## Records for processing
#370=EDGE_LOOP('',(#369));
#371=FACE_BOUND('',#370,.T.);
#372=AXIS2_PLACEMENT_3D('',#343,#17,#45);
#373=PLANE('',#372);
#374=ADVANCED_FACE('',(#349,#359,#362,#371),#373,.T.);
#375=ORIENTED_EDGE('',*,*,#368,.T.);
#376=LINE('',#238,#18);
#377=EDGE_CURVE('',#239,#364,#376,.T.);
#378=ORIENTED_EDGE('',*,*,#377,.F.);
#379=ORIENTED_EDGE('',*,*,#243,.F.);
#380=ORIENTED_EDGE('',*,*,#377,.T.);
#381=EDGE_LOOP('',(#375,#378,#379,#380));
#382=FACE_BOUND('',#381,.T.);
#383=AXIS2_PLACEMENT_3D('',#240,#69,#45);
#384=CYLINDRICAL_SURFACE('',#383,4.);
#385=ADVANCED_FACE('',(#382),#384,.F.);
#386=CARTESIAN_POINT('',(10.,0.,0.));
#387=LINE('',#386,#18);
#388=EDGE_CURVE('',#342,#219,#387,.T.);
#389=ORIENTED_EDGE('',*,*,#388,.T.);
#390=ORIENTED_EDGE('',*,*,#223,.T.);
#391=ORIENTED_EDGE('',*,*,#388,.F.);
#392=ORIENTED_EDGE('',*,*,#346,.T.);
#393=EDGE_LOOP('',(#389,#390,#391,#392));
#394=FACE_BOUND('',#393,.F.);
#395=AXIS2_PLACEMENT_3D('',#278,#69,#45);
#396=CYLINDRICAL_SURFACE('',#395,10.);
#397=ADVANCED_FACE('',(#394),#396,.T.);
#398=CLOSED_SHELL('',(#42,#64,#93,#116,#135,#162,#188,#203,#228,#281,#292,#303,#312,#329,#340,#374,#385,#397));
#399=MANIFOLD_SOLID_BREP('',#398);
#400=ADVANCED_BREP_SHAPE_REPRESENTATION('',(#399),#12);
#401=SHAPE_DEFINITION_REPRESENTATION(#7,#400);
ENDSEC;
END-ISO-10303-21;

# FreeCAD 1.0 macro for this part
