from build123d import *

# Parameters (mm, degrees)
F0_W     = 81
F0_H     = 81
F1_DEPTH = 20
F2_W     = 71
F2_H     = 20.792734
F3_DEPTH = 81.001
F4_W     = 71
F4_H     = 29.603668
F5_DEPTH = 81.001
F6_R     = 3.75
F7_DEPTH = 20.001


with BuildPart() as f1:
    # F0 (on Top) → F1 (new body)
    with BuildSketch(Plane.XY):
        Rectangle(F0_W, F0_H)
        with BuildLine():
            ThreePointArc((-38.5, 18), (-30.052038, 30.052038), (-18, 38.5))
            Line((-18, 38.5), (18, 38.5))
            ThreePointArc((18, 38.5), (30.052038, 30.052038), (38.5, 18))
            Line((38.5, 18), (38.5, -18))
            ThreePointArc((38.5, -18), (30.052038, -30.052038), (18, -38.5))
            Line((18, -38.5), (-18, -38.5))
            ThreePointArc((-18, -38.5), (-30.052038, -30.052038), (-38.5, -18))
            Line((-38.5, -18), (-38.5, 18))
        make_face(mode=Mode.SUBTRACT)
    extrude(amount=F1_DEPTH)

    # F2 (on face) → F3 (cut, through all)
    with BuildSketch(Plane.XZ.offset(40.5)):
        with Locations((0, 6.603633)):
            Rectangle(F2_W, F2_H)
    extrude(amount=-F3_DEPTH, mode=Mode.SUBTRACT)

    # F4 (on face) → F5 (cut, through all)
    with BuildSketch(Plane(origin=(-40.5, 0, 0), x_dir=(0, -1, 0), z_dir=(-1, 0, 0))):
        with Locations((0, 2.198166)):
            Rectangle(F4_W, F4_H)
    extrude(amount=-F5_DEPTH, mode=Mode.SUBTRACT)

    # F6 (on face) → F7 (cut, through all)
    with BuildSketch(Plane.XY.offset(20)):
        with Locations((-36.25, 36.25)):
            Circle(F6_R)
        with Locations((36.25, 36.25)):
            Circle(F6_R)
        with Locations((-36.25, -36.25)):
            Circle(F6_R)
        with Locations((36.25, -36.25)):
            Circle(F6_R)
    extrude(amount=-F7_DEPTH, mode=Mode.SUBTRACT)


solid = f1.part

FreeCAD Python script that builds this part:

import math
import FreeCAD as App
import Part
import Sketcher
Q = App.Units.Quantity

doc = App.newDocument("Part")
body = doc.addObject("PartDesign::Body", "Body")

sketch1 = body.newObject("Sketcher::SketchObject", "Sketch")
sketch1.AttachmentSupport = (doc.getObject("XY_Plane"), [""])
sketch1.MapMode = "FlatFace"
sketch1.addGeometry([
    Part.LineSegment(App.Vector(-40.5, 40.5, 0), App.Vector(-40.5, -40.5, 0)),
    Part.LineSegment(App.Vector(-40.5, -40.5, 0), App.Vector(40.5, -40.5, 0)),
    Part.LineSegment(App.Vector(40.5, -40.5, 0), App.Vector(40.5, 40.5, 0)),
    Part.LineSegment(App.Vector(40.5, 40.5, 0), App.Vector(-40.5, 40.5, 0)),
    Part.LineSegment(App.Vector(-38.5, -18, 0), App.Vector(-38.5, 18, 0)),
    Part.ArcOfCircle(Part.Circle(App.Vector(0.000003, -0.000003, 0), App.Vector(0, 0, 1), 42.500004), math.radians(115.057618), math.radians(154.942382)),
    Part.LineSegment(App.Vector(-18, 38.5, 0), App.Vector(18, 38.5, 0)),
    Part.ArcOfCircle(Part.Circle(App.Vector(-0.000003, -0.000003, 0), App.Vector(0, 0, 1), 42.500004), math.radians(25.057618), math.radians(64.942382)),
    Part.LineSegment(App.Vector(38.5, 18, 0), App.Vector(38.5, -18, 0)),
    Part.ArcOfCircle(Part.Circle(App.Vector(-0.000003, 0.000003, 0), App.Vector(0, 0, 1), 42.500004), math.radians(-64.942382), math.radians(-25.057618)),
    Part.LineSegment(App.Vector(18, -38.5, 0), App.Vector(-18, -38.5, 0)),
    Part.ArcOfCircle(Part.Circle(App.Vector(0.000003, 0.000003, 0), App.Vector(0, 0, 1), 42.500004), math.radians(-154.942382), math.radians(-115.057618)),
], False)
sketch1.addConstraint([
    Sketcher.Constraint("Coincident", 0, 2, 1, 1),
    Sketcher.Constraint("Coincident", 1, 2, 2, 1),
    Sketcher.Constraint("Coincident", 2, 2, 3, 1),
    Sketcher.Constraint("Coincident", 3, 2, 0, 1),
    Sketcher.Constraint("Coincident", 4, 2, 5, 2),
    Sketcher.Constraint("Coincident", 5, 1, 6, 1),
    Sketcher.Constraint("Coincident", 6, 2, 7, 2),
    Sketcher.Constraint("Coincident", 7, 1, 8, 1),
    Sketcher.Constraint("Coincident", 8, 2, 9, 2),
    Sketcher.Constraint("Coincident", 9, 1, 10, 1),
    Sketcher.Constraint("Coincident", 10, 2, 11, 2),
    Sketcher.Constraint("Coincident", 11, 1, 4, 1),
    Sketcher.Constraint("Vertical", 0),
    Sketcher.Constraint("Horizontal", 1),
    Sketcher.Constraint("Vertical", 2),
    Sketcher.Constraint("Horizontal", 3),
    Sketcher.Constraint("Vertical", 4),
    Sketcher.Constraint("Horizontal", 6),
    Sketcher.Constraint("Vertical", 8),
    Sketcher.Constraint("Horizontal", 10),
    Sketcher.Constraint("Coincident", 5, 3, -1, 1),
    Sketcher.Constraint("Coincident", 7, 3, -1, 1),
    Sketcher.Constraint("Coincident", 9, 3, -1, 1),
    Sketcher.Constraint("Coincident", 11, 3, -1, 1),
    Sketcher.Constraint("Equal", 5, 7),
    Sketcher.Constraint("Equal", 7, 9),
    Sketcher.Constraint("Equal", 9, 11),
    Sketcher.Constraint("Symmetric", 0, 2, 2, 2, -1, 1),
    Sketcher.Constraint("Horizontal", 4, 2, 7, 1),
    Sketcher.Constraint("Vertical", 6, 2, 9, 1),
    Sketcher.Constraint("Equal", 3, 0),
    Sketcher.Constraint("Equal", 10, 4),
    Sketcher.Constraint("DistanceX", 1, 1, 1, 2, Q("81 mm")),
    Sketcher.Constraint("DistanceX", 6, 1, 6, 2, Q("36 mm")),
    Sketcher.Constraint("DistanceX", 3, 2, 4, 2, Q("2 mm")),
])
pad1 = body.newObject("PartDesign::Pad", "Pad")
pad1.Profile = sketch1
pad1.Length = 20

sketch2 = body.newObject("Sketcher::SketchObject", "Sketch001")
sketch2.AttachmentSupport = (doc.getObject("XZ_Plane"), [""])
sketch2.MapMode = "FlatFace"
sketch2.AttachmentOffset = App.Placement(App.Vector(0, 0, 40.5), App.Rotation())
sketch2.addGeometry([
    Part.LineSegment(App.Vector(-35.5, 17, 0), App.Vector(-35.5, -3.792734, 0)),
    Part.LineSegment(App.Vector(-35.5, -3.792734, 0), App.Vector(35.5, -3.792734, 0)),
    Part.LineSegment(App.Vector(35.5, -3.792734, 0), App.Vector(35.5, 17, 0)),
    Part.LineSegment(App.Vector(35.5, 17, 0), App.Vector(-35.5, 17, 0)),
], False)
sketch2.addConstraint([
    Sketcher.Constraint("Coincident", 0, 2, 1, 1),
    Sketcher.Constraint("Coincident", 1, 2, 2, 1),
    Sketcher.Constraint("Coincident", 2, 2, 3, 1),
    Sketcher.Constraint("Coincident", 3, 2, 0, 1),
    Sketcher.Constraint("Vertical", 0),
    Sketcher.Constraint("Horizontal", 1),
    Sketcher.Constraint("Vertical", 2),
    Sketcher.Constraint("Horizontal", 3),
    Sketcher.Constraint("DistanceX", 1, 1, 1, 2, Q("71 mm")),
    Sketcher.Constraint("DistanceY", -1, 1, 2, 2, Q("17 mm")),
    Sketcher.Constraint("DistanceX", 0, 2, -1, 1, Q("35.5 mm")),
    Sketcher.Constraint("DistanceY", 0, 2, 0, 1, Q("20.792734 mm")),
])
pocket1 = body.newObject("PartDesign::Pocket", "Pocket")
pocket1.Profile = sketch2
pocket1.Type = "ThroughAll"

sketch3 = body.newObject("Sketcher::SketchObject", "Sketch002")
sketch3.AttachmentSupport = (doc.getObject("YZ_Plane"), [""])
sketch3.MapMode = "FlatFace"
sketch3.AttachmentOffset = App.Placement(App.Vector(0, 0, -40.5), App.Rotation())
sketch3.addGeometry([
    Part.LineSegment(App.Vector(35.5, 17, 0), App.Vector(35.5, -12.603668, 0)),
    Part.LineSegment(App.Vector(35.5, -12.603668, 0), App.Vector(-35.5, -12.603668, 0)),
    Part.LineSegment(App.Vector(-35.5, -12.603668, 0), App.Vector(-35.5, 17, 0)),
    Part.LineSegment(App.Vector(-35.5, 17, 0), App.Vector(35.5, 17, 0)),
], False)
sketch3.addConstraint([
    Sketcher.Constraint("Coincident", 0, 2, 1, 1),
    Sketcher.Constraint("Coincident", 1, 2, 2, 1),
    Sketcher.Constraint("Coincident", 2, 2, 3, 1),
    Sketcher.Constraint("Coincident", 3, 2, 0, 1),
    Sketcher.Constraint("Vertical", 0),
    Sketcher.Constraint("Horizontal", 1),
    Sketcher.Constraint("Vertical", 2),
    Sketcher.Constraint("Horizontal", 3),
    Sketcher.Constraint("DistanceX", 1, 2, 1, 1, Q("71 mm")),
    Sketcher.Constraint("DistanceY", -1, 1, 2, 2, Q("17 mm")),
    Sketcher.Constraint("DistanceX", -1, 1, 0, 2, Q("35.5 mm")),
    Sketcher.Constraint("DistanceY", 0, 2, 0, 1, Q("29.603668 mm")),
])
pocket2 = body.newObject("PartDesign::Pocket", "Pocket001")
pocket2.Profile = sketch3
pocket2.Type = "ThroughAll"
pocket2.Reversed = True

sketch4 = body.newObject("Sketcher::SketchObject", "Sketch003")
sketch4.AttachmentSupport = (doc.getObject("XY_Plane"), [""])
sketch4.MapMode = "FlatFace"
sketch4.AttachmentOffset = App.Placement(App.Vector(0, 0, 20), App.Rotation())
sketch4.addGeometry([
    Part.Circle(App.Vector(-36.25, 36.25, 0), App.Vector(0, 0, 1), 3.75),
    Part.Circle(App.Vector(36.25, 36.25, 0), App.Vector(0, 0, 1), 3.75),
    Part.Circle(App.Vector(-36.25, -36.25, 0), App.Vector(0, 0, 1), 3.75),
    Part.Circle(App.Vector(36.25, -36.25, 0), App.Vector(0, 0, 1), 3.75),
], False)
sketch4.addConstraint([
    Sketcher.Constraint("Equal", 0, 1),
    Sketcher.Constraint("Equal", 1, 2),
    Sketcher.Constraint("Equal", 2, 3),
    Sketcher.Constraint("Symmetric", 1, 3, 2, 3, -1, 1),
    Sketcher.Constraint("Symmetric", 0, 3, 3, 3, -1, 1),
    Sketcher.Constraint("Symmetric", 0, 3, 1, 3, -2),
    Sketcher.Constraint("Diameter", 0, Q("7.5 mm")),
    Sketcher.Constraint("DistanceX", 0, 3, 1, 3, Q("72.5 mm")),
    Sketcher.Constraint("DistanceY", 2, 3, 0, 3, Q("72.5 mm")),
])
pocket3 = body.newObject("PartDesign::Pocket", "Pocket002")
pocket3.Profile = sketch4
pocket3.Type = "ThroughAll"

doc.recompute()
==
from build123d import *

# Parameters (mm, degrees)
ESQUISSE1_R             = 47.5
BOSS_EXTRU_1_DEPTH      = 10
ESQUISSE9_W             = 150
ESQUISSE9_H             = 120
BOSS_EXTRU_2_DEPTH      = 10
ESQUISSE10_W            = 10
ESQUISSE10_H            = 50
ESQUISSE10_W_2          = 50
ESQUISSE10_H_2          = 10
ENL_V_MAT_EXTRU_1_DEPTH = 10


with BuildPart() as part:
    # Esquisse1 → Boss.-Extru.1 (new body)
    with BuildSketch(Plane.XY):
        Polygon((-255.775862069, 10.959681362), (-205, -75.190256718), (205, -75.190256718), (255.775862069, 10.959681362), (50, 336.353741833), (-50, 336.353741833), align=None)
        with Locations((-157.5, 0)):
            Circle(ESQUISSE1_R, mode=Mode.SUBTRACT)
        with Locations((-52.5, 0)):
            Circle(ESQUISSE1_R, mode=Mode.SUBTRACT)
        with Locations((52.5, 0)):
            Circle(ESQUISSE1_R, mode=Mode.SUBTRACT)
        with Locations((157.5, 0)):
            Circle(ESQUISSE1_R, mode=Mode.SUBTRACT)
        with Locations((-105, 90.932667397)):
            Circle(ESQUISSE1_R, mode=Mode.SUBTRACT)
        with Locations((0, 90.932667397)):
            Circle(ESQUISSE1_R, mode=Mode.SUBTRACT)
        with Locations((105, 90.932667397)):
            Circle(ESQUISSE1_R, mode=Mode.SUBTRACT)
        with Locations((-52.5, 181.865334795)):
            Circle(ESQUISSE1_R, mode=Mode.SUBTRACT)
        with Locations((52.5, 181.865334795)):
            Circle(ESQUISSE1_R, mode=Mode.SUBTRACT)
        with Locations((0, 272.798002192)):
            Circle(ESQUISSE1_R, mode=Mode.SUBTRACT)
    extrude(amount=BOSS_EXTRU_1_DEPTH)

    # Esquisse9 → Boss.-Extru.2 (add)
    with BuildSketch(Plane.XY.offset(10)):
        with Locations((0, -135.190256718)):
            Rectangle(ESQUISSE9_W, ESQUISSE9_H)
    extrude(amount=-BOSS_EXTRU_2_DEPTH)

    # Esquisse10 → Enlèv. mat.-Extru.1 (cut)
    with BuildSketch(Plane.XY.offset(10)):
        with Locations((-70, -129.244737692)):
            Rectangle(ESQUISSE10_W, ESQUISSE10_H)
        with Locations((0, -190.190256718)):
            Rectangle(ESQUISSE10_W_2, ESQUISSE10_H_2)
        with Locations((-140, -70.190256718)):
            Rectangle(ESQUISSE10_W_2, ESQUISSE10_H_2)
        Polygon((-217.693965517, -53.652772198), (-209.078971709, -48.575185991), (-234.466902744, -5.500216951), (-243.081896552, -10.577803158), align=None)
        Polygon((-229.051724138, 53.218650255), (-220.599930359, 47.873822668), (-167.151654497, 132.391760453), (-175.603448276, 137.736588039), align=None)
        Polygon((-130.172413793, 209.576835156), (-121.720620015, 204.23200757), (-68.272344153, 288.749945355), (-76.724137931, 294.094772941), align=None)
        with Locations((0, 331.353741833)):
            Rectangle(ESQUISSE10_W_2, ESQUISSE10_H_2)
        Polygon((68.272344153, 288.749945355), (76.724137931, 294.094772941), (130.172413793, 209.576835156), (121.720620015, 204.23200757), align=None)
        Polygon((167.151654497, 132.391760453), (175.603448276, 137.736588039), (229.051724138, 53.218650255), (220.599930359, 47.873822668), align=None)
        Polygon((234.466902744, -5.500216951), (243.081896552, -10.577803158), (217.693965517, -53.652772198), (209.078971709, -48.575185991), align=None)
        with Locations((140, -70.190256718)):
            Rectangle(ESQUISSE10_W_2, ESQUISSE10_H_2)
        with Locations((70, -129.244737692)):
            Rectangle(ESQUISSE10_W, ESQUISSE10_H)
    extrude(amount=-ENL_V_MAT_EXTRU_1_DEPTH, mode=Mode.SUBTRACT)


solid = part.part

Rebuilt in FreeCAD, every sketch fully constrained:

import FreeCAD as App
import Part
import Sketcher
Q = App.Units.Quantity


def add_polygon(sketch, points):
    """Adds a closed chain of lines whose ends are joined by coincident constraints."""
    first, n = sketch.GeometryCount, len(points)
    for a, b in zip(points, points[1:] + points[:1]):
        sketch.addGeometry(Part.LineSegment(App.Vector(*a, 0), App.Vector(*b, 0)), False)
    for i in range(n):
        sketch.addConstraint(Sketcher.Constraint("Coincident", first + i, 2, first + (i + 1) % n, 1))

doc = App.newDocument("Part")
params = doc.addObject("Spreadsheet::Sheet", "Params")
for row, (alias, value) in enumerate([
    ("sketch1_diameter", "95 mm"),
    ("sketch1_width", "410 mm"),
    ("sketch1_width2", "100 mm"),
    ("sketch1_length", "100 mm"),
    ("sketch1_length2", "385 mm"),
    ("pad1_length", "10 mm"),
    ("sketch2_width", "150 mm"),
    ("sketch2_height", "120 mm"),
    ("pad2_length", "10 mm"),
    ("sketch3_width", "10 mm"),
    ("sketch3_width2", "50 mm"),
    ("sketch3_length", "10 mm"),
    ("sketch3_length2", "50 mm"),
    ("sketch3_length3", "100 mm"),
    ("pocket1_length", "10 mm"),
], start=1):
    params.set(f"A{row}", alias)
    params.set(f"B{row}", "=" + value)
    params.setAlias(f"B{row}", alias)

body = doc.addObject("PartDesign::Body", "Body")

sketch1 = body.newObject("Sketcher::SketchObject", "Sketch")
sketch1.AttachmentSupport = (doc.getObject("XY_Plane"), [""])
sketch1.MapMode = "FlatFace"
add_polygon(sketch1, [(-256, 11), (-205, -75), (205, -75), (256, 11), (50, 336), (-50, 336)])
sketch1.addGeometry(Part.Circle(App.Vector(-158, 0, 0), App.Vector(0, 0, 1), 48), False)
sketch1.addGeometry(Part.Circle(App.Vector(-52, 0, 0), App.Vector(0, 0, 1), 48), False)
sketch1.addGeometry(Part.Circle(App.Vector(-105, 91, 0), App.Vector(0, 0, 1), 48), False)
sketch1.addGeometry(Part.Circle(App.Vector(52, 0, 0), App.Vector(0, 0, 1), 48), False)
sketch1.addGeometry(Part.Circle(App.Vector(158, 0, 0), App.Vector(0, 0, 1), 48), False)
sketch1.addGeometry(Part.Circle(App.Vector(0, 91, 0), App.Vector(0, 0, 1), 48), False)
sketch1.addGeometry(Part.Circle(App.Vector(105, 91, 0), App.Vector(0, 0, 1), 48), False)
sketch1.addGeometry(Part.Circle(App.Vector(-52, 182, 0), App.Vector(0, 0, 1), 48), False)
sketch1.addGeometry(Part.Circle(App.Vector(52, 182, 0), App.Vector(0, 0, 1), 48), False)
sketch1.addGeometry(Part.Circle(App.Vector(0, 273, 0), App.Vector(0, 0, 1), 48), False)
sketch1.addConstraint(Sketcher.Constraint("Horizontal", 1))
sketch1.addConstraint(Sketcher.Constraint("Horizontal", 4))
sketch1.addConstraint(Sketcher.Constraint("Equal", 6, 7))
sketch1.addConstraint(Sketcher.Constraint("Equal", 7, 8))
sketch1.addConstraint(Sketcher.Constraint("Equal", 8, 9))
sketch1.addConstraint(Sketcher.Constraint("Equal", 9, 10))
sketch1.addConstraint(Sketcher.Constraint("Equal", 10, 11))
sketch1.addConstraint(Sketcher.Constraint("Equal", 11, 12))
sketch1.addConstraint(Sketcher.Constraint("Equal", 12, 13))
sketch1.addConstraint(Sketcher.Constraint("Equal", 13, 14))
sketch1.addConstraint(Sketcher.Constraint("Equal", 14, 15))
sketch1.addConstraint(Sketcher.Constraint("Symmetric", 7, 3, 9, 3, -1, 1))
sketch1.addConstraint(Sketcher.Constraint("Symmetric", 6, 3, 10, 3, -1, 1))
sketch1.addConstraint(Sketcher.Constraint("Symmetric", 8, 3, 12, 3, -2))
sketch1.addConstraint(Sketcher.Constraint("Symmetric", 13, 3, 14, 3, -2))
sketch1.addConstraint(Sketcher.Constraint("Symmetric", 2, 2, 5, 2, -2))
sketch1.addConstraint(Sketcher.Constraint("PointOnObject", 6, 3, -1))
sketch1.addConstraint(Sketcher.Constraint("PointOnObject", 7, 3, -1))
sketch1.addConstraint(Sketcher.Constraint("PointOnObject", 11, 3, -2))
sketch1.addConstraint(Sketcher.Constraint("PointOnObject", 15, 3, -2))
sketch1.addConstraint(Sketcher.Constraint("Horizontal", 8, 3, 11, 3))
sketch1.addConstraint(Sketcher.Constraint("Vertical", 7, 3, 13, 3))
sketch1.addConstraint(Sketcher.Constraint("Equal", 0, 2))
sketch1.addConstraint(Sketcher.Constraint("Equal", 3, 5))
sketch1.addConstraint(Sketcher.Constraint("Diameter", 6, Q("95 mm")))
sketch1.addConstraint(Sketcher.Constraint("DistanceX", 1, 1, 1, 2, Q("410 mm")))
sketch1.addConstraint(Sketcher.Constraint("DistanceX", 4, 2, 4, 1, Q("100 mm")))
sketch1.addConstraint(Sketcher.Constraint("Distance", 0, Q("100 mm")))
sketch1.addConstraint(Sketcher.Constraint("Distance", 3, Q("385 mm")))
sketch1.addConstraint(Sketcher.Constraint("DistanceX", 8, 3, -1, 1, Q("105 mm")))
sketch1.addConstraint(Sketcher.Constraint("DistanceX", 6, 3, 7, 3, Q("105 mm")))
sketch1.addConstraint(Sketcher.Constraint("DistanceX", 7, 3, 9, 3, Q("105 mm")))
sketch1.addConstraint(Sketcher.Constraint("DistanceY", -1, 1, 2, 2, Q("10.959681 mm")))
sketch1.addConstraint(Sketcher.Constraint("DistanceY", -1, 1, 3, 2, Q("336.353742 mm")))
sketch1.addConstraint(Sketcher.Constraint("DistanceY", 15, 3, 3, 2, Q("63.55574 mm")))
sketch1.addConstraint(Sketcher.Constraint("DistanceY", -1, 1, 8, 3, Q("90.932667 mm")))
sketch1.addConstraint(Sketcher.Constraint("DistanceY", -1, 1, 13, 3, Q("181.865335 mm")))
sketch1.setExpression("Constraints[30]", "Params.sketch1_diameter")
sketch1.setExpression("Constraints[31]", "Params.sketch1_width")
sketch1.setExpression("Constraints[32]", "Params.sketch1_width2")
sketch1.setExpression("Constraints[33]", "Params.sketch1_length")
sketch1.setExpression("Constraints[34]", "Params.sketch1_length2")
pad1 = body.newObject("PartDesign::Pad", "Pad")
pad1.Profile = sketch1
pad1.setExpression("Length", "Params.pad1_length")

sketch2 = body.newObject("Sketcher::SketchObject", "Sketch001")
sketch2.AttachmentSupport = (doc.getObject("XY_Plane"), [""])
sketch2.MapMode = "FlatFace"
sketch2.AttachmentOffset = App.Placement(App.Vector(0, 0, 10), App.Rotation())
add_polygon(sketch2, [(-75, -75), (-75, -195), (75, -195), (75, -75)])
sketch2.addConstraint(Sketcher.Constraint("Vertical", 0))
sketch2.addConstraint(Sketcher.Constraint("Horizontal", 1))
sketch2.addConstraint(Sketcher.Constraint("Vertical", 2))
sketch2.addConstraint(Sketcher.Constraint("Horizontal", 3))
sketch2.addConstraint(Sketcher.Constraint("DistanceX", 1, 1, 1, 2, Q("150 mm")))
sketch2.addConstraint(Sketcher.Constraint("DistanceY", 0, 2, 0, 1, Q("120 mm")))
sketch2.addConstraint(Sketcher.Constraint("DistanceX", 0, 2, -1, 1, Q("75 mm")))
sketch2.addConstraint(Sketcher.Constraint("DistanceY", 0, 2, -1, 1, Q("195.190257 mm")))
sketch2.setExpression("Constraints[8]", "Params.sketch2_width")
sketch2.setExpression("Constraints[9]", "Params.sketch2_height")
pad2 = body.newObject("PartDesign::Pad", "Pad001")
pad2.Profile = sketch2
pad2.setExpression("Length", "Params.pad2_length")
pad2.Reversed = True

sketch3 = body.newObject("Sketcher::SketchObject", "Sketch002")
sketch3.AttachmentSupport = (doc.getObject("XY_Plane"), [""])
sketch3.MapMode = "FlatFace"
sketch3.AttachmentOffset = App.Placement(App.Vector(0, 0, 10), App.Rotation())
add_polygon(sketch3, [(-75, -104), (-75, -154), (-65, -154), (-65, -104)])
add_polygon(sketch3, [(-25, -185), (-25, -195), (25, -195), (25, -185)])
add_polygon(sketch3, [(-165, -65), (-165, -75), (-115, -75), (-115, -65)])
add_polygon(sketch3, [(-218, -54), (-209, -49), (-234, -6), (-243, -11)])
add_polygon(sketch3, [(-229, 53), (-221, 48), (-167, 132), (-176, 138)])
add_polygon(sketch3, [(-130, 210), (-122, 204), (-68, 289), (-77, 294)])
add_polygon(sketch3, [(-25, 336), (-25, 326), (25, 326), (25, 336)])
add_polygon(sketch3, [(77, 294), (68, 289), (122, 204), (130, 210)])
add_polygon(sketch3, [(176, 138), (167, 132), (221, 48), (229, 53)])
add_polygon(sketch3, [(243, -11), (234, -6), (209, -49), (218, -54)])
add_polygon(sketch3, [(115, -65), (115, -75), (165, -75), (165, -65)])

## Task statement
Copy the stretch of the records above that runs from the line with "#382=FACE_BOUND('',#381,.T.);" through the line with "#400=ADVANCED_BREP_SHAPE_REPRESENTATION('',(#399),#12);". Both end lines belong in the copy, and nothing else does.

## Exercise answer
#382=FACE_BOUND('',#381,.T.);
#383=AXIS2_PLACEMENT_3D('',#240,#69,#45);
#384=CYLINDRICAL_SURFACE('',#383,4.);
#385=ADVANCED_FACE('',(#382),#384,.F.);
#386=CARTESIAN_POINT('',(10.,0.,0.));
#387=LINE('',#386,#18);
#388=EDGE_CURVE('',#342,#219,#387,.T.);
#389=ORIENTED_EDGE('',*,*,#388,.T.);
#390=ORIENTED_EDGE('',*,*,#223,.T.);
#391=ORIENTED_EDGE('',*,*,#388,.F.);
#392=ORIENTED_EDGE('',*,*,#346,.T.);
#393=EDGE_LOOP('',(#389,#390,#391,#392));
#394=FACE_BOUND('',#393,.F.);
#395=AXIS2_PLACEMENT_3D('',#278,#69,#45);
#396=CYLINDRICAL_SURFACE('',#395,10.);
#397=ADVANCED_FACE('',(#394),#396,.T.);
#398=CLOSED_SHELL('',(#42,#64,#93,#116,#135,#162,#188,#203,#228,#281,#292,#303,#312,#329,#340,#374,#385,#397));
#399=MANIFOLD_SOLID_BREP('',#398);
#400=ADVANCED_BREP_SHAPE_REPRESENTATION('',(#399),#12);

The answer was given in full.